Words: Joe Robinson Photography: Mike Massaro

There are many Cinelli Experience road bikes but this one is mine. My Cinelli is my best friend. It is my life. I must master it as I must master my life. Without me, my Cinelli is useless. Without my Cinelli, I am useless. And so on, and so on.

This Cinelli Experience was my first bike, it’s my only bike and I think it’s the only bike I will ever really need. Here’s why.

The year was 2014. I wanted to buy my first road bike. My budget was £600. I looked at the usual suspects, your Specialized Allezs, your Ribbles, your Tribans. I was left uninspired.

Then there it was, £499 on Wiggle, the Cinelli Experience. The only one left was 54cm which was a size too small, the box section Miche wheels supplied weighed a tonne, it had skinny 23mm tyres and had a massive white saddle. But it had a 10-speed Campagnolo Mirage groupset, the frame was Colombus Airplane and Cinelli was an Italian dynasty. I was sold.

A post shared by Joseph Robinson (@joseph_p_robinson)

I rode that bike almost every day for three years. Through 120km solo out-and-backs to Box Hill where I finished in the dark, to the Paris-Roubaix sportive.

It guided me to my first Strava KOM and helped me shed 25kg. It was the Clyde to my Bonny, Dec to my Ant, Garfunkel to my Simon.

Then I upgraded. I sold my soul to the devil and went for carbon fibre and got a ridiculously sensible Orbea Orca. The Cinelli went in the shed, gathering dust, being used to hang gardening gloves. It was bound for the scrap heap.

When the pandemic came our lives changed. We were bound to our homes, and we all took up new hobbies such as baking and stamp collecting. Or, in my case, bike restoration.

Inspired, I dug the Cinelli out of the shed, determined to breathe life into this bike once more. I stripped it of its rusty old parts, I used T-Cut on the frame to freshen the paint and assembled my fancy new components, all shiny and new, ready to dress my old pride and joy.

But there was an issue: I don’t know my bottom bracket standards from my torque screw tolerances – I needed someone to build the bike.

Enter my local bike shop, Welling Cycles, owned by local mechanic and all-round top bloke Peter Elliott. Pete knew his way around a bike and loved his job, especially when he got to build old Cinelli frames up with Campagnolo groupsets or wrap stubborn leather bar tape around aero carbon bars.

It reminded him of his days working for racing teams as a professional fettler instead of his usual bike shop duties of trying to order in out-of-stock Shimano cassettes and fixing punctures on endless kids’ bikes.

Pete was also a rider. Come into his store and before long he’d have Michelin road maps of France out on the table, showing you back routes up the Galibier or quiet mountain passes that are much more scenic than Alpe d’Huez. He was a man that utterly loved cycling.

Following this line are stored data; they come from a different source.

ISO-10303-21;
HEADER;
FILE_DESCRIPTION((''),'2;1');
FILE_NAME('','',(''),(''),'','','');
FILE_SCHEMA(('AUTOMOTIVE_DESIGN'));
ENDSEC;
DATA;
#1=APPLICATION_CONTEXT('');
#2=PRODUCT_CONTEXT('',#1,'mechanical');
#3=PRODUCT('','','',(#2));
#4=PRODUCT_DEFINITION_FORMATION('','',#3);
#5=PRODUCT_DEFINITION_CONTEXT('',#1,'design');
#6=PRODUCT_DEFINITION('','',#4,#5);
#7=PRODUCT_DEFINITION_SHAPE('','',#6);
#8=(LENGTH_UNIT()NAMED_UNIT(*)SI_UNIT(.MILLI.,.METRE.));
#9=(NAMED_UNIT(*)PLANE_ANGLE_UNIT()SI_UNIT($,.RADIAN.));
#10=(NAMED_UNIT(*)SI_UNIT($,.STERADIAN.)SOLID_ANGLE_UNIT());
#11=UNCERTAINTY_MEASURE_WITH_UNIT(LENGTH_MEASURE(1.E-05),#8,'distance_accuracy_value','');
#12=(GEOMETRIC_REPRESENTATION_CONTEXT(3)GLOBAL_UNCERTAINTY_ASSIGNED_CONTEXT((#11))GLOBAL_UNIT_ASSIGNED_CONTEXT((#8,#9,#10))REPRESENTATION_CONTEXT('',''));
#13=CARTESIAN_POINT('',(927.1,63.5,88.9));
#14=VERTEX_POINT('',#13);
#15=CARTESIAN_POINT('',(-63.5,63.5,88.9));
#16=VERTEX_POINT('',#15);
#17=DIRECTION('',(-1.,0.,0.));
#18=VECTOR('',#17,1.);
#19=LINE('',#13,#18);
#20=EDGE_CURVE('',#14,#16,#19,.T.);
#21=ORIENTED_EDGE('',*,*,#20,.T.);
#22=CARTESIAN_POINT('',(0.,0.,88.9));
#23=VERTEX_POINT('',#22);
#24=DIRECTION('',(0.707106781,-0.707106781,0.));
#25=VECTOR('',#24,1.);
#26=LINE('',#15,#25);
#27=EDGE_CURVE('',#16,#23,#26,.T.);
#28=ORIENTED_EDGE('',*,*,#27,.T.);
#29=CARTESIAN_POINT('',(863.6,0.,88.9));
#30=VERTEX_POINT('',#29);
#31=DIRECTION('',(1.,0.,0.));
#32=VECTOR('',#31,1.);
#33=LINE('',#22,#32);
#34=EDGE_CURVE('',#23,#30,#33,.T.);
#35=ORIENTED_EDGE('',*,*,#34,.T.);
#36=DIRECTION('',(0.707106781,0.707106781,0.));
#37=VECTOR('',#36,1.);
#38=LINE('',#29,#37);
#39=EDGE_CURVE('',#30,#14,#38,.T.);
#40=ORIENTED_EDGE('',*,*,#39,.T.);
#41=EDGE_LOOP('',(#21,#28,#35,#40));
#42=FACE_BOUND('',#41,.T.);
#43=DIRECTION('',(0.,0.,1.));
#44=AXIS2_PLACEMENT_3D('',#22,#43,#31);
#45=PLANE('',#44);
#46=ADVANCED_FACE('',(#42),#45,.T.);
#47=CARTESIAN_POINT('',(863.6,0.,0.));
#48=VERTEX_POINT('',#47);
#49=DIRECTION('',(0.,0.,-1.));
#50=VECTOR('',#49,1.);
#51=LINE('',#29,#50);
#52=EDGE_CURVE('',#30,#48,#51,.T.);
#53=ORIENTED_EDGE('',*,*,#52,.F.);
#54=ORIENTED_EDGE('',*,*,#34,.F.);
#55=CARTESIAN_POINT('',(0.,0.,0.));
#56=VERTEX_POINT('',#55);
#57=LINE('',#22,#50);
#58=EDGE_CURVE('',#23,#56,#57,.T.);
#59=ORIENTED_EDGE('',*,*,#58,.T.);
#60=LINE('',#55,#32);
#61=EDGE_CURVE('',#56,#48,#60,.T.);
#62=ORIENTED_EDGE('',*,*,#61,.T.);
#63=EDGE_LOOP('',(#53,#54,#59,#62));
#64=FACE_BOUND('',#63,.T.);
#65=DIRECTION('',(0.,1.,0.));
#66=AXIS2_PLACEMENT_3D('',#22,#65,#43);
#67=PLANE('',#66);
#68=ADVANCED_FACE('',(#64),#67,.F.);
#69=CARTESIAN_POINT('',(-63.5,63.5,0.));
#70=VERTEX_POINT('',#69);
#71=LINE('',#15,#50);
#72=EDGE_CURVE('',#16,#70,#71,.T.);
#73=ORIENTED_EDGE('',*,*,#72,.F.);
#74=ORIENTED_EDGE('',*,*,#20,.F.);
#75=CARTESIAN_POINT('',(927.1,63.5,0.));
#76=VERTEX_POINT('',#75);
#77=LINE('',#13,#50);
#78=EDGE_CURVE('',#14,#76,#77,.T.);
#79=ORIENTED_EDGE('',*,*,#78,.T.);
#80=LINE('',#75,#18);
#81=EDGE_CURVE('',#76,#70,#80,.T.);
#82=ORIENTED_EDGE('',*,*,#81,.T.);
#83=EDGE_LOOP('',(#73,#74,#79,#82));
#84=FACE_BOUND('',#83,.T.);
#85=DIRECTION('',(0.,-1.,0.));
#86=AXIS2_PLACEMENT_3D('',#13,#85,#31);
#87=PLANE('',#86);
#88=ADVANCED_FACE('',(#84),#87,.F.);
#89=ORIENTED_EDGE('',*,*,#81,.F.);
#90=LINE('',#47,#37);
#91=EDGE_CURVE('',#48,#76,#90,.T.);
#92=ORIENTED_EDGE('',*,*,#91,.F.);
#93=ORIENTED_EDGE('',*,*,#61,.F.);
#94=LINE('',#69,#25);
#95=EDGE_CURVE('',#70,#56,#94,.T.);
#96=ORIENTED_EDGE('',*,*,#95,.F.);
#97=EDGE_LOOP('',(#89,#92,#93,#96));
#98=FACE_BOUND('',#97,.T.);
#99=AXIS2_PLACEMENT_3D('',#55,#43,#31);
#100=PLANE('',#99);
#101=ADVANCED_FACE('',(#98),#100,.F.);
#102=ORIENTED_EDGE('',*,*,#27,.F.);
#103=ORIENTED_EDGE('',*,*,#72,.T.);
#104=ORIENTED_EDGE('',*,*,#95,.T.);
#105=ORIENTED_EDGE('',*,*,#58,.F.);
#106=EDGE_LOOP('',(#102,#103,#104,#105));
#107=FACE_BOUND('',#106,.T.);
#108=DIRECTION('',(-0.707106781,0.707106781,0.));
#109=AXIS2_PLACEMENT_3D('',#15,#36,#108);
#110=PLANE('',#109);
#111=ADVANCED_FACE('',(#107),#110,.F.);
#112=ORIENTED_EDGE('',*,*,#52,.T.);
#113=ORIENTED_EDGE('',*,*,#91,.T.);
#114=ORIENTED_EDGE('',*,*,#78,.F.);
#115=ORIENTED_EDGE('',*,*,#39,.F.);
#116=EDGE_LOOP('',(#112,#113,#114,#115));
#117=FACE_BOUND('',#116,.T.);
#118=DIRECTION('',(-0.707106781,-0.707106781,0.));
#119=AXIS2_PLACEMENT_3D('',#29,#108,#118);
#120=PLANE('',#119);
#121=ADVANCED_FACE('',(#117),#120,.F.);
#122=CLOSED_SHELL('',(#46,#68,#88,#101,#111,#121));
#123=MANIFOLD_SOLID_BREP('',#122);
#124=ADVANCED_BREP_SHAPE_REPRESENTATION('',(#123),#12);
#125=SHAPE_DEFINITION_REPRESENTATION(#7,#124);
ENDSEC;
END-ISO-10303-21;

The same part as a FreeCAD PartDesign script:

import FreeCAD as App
import Part
import Sketcher
Q = App.Units.Quantity


def add_polygon(sketch, points):
    """Adds a closed chain of lines whose ends are joined by coincident constraints."""
    first, n = sketch.GeometryCount, len(points)
    for a, b in zip(points, points[1:] + points[:1]):
        sketch.addGeometry(Part.LineSegment(App.Vector(*a, 0), App.Vector(*b, 0)), False)
    for i in range(n):
        sketch.addConstraint(Sketcher.Constraint("Coincident", first + i, 2, first + (i + 1) % n, 1))

doc = App.newDocument("Part")
body = doc.addObject("PartDesign::Body", "Body")

# Sketch on XY plane
sketch1 = body.newObject("Sketcher::SketchObject", "Sketch")
sketch1.AttachmentSupport = (doc.getObject("XY_Plane"), [""])
sketch1.MapMode = "FlatFace"
add_polygon(sketch1, [(0, 0), (864, 0), (927, 64), (-64, 64)])  # lines 0-3
sketch1.addConstraint([
    Sketcher.Constraint("Horizontal", 0),
    Sketcher.Constraint("Horizontal", 2),
    Sketcher.Constraint("Coincident", 3, 2, -1, 1),
    Sketcher.Constraint("Perpendicular", 1, 3),
    Sketcher.Constraint("Equal", 1, 3),
    Sketcher.Constraint("DistanceX", 0, 1, 0, 2, Q("34 in")),
    Sketcher.Constraint("DistanceX", 2, 2, 2, 1, Q("39 in")),
])
pad1 = body.newObject("PartDesign::Pad", "Pad")
pad1.Profile = sketch1
pad1.Length = Q("3.5 in")

doc.recompute()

I entrusted him with the job, he delivered. The Cinelli was once more. Gears perfectly indexed, bar tape expertly wrapped, a better job could not have been done.

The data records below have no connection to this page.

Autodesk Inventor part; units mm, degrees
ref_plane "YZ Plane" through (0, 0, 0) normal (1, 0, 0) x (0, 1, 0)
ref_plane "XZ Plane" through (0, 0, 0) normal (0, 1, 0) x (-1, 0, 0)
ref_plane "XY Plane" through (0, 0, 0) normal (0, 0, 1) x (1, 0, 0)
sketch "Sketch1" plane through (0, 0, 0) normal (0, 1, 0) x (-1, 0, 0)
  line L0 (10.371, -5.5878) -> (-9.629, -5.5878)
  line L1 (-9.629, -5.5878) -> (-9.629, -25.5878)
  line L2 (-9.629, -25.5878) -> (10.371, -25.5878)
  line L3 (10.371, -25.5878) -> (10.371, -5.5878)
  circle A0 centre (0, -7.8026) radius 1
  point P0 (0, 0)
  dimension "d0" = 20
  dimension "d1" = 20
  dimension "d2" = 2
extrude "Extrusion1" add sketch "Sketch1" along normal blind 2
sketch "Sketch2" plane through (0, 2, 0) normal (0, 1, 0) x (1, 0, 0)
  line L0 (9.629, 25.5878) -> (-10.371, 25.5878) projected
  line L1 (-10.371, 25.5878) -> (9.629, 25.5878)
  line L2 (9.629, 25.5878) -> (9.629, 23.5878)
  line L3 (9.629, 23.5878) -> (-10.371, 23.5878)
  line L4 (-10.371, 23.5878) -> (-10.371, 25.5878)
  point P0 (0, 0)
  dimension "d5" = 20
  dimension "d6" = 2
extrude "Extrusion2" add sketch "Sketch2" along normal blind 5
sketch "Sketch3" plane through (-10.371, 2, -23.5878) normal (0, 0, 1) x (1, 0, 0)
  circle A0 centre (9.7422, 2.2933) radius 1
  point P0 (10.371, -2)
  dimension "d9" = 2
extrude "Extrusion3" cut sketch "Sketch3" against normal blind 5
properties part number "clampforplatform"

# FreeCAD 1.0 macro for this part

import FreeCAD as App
import Part
import Sketcher


def add_polygon(sketch, points):
    """Adds a closed chain of lines whose ends are joined by coincident constraints."""
    first, n = sketch.GeometryCount, len(points)
    for a, b in zip(points, points[1:] + points[:1]):
        sketch.addGeometry(Part.LineSegment(App.Vector(*a, 0), App.Vector(*b, 0)), False)
    for i in range(n):
        sketch.addConstraint(Sketcher.Constraint("Coincident", first + i, 2, first + (i + 1) % n, 1))

doc = App.newDocument("Part")
params = doc.addObject("Spreadsheet::Sheet", "Params")
for row, (alias, value) in enumerate([
    ("sketch1_diameter", "2 mm"),
    ("sketch1_width", "20 mm"),
    ("pad1_length", "2 mm"),
    ("sketch2_width", "20 mm"),
    ("sketch2_height", "2 mm"),
    ("pad2_length", "5 mm"),
    ("sketch3_diameter", "2 mm"),
    ("pocket1_length", "5 mm"),
], start=1):
    params.set(f"A{row}", alias)
    params.set(f"B{row}", "=" + value)
    params.setAlias(f"B{row}", alias)

body = doc.addObject("PartDesign::Body", "Body")

# Sketch on XZ plane
sketch1 = doc.addObject("Sketcher::SketchObject", "Sketch")
body.addObject(sketch1)
sketch1.AttachmentSupport = (doc.XZ_Plane, [""])
sketch1.MapMode = "FlatFace"
add_polygon(sketch1, [(-10.371, -25.5878), (-10.371, -5.5878), (9.629, -5.5878), (9.629, -25.5878)])  # lines 0-3
sketch1.addGeometry(Part.Circle(App.Vector(0, -7.8026, 0), App.Vector(0, 0, 1), 1), False)  # 4
sketch1.addConstraint([
    Sketcher.Constraint("Vertical", 0),
    Sketcher.Constraint("Horizontal", 1),
    Sketcher.Constraint("Vertical", 2),
    Sketcher.Constraint("Horizontal", 3),
    Sketcher.Constraint("PointOnObject", 4, 3, -2),
    Sketcher.Constraint("Equal", 3, 0),
    Sketcher.Constraint("Diameter", 4, 2.0),
    Sketcher.Constraint("DistanceX", 1, 1, 1, 2, 20.0),
    Sketcher.Constraint("DistanceX", 0, 2, -1, 1, 10.371),
    Sketcher.Constraint("DistanceY", 4, 3, -1, 1, 7.8026),
    Sketcher.Constraint("DistanceY", 0, 2, -1, 1, 5.5878),
])
sketch1.setExpression("Constraints[10]", "Params.sketch1_diameter")
sketch1.setExpression("Constraints[11]", "Params.sketch1_width")
pad1 = doc.addObject("PartDesign::Pad", "Pad")
body.addObject(pad1)
pad1.Profile = sketch1
pad1.setExpression("Length", "Params.pad1_length")
pad1.Reversed = True

# Sketch on XZ plane
sketch2 = doc.addObject("Sketcher::SketchObject", "Sketch001")
body.addObject(sketch2)
sketch2.AttachmentSupport = (doc.XZ_Plane, [""])
sketch2.MapMode = "FlatFace"
sketch2.AttachmentOffset = App.Placement(App.Vector(0, 0, -2), App.Rotation())
add_polygon(sketch2, [(9.629, -23.5878), (9.629, -25.5878), (-10.371, -25.5878), (-10.371, -23.5878)])  # lines 0-3
sketch2.addConstraint([
    Sketcher.Constraint("Vertical", 0),
    Sketcher.Constraint("Horizontal", 1),
    Sketcher.Constraint("Vertical", 2),
    Sketcher.Constraint("Horizontal", 3),
    Sketcher.Constraint("DistanceX", 1, 2, 1, 1, 20.0),
    Sketcher.Constraint("DistanceY", 0, 2, 0, 1, 2.0),
    Sketcher.Constraint("DistanceX", -1, 1, 0, 2, 9.629),
    Sketcher.Constraint("DistanceY", 0, 2, -1, 1, 25.5878),
])
sketch2.setExpression("Constraints[8]", "Params.sketch2_width")
sketch2.setExpression("Constraints[9]", "Params.sketch2_height")
pad2 = doc.addObject("PartDesign::Pad", "Pad001")
body.addObject(pad2)
pad2.Profile = sketch2
pad2.setExpression("Length", "Params.pad2_length")
pad2.Reversed = True

# Sketch on XY plane
sketch3 = doc.addObject("Sketcher::SketchObject", "Sketch002")
body.addObject(sketch3)
sketch3.AttachmentSupport = (doc.XY_Plane, [""])
sketch3.MapMode = "FlatFace"
sketch3.AttachmentOffset = App.Placement(App.Vector(0, 0, -23.5878), App.Rotation())
sketch3.addGeometry(Part.Circle(App.Vector(-0.6288, 4.2933, 0), App.Vector(0, 0, 1), 1), False)
sketch3.addConstraint([
    Sketcher.Constraint("Diameter", 0, 2.0),
    Sketcher.Constraint("DistanceX", 0, 3, -1, 1, 0.6288),
    Sketcher.Constraint("DistanceY", -1, 1, 0, 3, 4.2933),
])
sketch3.setExpression("Constraints[0]", "Params.sketch3_diameter")
pocket1 = doc.addObject("PartDesign::Pocket", "Pocket")
body.addObject(pocket1)
pocket1.Profile = sketch3
pocket1.setExpression("Length", "Params.pocket1_length")

doc.recompute()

At the beginning of 2022, Pete sadly died following a short battle with cancer. He was only in his late fifties and didn’t know he was ill until it was too late.

Up until he was physically too weak to work, Pete was in his shop, fixing bikes and talking cycling. The loss of Pete was felt not only for the cruel taking of a human life before its time, but for the void it left in the local cycling community. A man to be relied on, to be trusted. In a way, this bike is partly his and I’m proud to say he built it.

I think this bike must be allergic to Shimano because every time I went near it with an Ultegra groupset it came out in a rash.

The Experience was never having any other groupset besides Campagnolo. The Italian groupset giant was the reason I bought this bike eight years ago and I would be betraying it if I didn’t keep things homegrown. I just cannot get enough of a thumb shift clunk.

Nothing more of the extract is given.